# [V] Doom Key für Steam (Grafikkartenbeilage)



## sandman2003 (29. Juni 2016)

*[V] Doom Key für Steam (Grafikkartenbeilage)*

EDIT: ist sogar die Retail, frisch eingeschweißt!

Mahlzeit,

bei meiner neuen Graka war freundlicherweise ein Steam KEy für Doom (das neue) dabei.

hat jemand Interesse?

Auf Grund des Steam Sales *30 € für Euch zu haben.

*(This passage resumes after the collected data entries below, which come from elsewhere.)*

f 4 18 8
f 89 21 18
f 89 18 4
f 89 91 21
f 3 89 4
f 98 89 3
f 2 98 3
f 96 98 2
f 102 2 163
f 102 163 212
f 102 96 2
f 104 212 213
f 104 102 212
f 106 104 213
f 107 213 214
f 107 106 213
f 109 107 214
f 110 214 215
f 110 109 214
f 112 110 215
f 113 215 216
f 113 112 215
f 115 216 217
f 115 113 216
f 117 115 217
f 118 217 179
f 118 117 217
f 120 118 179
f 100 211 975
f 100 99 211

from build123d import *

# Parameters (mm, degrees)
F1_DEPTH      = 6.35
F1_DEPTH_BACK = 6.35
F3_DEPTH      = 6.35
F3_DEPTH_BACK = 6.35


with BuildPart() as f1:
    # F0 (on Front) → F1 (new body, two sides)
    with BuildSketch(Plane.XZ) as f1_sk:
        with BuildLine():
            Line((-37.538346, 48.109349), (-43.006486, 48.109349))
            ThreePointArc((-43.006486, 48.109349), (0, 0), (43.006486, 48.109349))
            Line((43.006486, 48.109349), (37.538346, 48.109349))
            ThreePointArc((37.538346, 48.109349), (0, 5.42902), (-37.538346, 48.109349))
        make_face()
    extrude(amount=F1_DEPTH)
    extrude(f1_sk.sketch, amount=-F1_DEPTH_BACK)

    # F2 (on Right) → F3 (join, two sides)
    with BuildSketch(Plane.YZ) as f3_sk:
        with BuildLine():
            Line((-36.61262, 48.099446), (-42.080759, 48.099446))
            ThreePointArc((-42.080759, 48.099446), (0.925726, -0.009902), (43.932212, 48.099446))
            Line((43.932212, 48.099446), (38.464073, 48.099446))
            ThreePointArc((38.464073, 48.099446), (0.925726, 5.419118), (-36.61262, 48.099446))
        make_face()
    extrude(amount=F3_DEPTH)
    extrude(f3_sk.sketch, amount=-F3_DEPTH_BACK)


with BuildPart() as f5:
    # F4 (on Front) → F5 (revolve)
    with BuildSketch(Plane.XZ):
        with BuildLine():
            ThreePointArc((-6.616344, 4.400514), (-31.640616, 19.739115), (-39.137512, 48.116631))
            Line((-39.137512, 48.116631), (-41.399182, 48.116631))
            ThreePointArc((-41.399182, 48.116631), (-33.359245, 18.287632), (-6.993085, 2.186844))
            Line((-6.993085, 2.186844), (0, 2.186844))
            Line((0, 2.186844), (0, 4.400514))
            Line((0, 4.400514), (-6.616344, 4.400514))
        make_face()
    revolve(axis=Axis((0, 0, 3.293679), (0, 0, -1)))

*Da ich Doom schon habe, ist der Schlüssel unbenutzt und jungfräulich. 

LG sandman


----------



## ShadowDoom (11. Juli 2016)

Hattest du Erfolg mit deinem Angebot hier? Habe nämlich ebenfalls einen Key + Demon Pack übrig und weiß nicht wie ich es am besten los werden könnte...^^


----------



## Herbboy (11. Juli 2016)

ShadowDoom schrieb:


> Hattest du Erfolg mit deinem Angebot hier? Habe nämlich ebenfalls einen Key + Demon Pack übrig und weiß nicht wie ich es am besten los werden könnte...^^



Naja, eine Kleinanzeige in einem völlig kostenlosen Forum schadet ja nun definitiv NICHT - also was fragst du? Einfach anbieten


----------



## CoDBFgamer (11. Juli 2016)

sandman2003 schrieb:


> EDIT: ist sogar die Retail, frisch eingeschweißt!
> 
> Mahlzeit,
> 
> ...



Versteh ich dich richtig? Handelt es sich um eine Retail Fassung mit DVD und Verpackung?


----------



## Lordex (22. Juli 2016)

Grafikkartenbeilagen sind in der Regel einfach nur Keys und dafür sind 30€ viel zu teuer da kann man auch gleich im Keyshop kaufen.


----------



## MichaelG (22. Juli 2016)

Zumal es selbst die Retail bei Saturn für unter 30 EUR gibt.


----------



## pukker (10. August 2016)

kann man am preis wasmachen?


----------